= Collection entries =
+ + + + +

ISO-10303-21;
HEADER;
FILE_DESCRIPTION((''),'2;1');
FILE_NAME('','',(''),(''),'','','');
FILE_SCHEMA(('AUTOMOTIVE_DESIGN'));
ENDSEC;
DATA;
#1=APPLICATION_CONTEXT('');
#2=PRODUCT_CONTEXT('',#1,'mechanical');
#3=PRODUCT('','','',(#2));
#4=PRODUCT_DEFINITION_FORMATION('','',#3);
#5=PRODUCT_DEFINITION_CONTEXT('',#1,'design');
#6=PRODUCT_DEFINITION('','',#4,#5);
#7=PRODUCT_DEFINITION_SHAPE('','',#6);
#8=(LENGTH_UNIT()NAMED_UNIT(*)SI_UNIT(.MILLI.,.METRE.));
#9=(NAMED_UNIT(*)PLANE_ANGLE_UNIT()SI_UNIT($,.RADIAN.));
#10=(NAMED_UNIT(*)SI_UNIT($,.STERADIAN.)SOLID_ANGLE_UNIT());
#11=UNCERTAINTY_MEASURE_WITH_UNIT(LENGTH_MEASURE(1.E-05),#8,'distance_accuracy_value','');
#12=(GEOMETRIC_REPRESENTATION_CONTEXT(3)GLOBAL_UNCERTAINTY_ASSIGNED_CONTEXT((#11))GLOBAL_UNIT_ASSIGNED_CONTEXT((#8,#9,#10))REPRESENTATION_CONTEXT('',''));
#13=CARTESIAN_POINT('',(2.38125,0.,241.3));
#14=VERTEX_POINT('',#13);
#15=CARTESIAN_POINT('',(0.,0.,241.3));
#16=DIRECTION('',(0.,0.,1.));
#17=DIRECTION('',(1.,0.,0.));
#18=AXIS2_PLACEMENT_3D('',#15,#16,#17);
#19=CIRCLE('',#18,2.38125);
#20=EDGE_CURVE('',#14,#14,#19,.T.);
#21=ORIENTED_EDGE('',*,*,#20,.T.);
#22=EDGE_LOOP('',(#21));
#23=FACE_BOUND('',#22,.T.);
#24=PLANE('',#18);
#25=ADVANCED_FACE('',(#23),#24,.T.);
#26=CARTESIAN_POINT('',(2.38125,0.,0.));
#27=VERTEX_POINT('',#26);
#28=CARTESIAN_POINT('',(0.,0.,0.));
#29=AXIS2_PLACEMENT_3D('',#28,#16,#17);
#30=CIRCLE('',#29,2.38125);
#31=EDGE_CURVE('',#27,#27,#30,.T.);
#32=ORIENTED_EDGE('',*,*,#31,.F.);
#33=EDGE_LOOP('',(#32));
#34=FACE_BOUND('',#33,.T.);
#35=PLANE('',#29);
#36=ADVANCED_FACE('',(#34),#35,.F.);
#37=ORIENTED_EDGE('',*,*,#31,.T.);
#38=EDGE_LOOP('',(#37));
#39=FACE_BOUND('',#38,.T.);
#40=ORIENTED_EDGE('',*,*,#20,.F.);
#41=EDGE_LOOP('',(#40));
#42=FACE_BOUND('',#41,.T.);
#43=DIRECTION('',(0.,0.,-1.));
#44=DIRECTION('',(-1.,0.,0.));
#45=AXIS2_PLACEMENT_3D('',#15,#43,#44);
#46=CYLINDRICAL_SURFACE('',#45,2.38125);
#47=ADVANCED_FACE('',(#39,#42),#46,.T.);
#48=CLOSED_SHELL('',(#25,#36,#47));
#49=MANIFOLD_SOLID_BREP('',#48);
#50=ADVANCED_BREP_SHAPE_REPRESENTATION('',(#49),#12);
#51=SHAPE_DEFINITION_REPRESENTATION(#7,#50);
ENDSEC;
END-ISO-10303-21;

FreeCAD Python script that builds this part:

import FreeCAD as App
import Part
import Sketcher
Q = App.Units.Quantity

doc = App.newDocument("Part")
body = doc.addObject("PartDesign::Body", "Body")

sketch1 = body.newObject("Sketcher::SketchObject", "Sketch")
sketch1.AttachmentSupport = (doc.getObject("XY_Plane"), [""])
sketch1.MapMode = "FlatFace"
sketch1.addGeometry(Part.Circle(App.Vector(0, 0, 0), App.Vector(0, 0, 1), 2.4), False)
sketch1.addConstraint([
    Sketcher.Constraint("Coincident", 0, 3, -1, 1),
    Sketcher.Constraint("Diameter", 0, Q("0.1875 in")),
])
pad1 = body.newObject("PartDesign::Pad", "Pad")
pad1.Profile = sketch1
pad1.Length = Q("9.5 in")

doc.recompute()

+ + + + +

Your answer must consist solely of the lines from the top of the entries above through the line containing "#43=DIRECTION('',(0.,0.,-1.));", copied exactly, both ends included.

= TASK ANSWER =
ISO-10303-21;
HEADER;
FILE_DESCRIPTION((''),'2;1');
FILE_NAME('','',(''),(''),'','','');
FILE_SCHEMA(('AUTOMOTIVE_DESIGN'));
ENDSEC;
DATA;
#1=APPLICATION_CONTEXT('');
#2=PRODUCT_CONTEXT('',#1,'mechanical');
#3=PRODUCT('','','',(#2));
#4=PRODUCT_DEFINITION_FORMATION('','',#3);
#5=PRODUCT_DEFINITION_CONTEXT('',#1,'design');
#6=PRODUCT_DEFINITION('','',#4,#5);
#7=PRODUCT_DEFINITION_SHAPE('','',#6);
#8=(LENGTH_UNIT()NAMED_UNIT(*)SI_UNIT(.MILLI.,.METRE.));
#9=(NAMED_UNIT(*)PLANE_ANGLE_UNIT()SI_UNIT($,.RADIAN.));
#10=(NAMED_UNIT(*)SI_UNIT($,.STERADIAN.)SOLID_ANGLE_UNIT());
#11=UNCERTAINTY_MEASURE_WITH_UNIT(LENGTH_MEASURE(1.E-05),#8,'distance_accuracy_value','');
#12=(GEOMETRIC_REPRESENTATION_CONTEXT(3)GLOBAL_UNCERTAINTY_ASSIGNED_CONTEXT((#11))GLOBAL_UNIT_ASSIGNED_CONTEXT((#8,#9,#10))REPRESENTATION_CONTEXT('',''));
#13=CARTESIAN_POINT('',(2.38125,0.,241.3));
#14=VERTEX_POINT('',#13);
#15=CARTESIAN_POINT('',(0.,0.,241.3));
#16=DIRECTION('',(0.,0.,1.));
#17=DIRECTION('',(1.,0.,0.));
#18=AXIS2_PLACEMENT_3D('',#15,#16,#17);
#19=CIRCLE('',#18,2.38125);
#20=EDGE_CURVE('',#14,#14,#19,.T.);
#21=ORIENTED_EDGE('',*,*,#20,.T.);
#22=EDGE_LOOP('',(#21));
#23=FACE_BOUND('',#22,.T.);
#24=PLANE('',#18);
#25=ADVANCED_FACE('',(#23),#24,.T.);
#26=CARTESIAN_POINT('',(2.38125,0.,0.));
#27=VERTEX_POINT('',#26);
#28=CARTESIAN_POINT('',(0.,0.,0.));
#29=AXIS2_PLACEMENT_3D('',#28,#16,#17);
#30=CIRCLE('',#29,2.38125);
#31=EDGE_CURVE('',#27,#27,#30,.T.);
#32=ORIENTED_EDGE('',*,*,#31,.F.);
#33=EDGE_LOOP('',(#32));
#34=FACE_BOUND('',#33,.T.);
#35=PLANE('',#29);
#36=ADVANCED_FACE('',(#34),#35,.F.);
#37=ORIENTED_EDGE('',*,*,#31,.T.);
#38=EDGE_LOOP('',(#37));
#39=FACE_BOUND('',#38,.T.);
#40=ORIENTED_EDGE('',*,*,#20,.F.);
#41=EDGE_LOOP('',(#40));
#42=FACE_BOUND('',#41,.T.);
#43=DIRECTION('',(0.,0.,-1.));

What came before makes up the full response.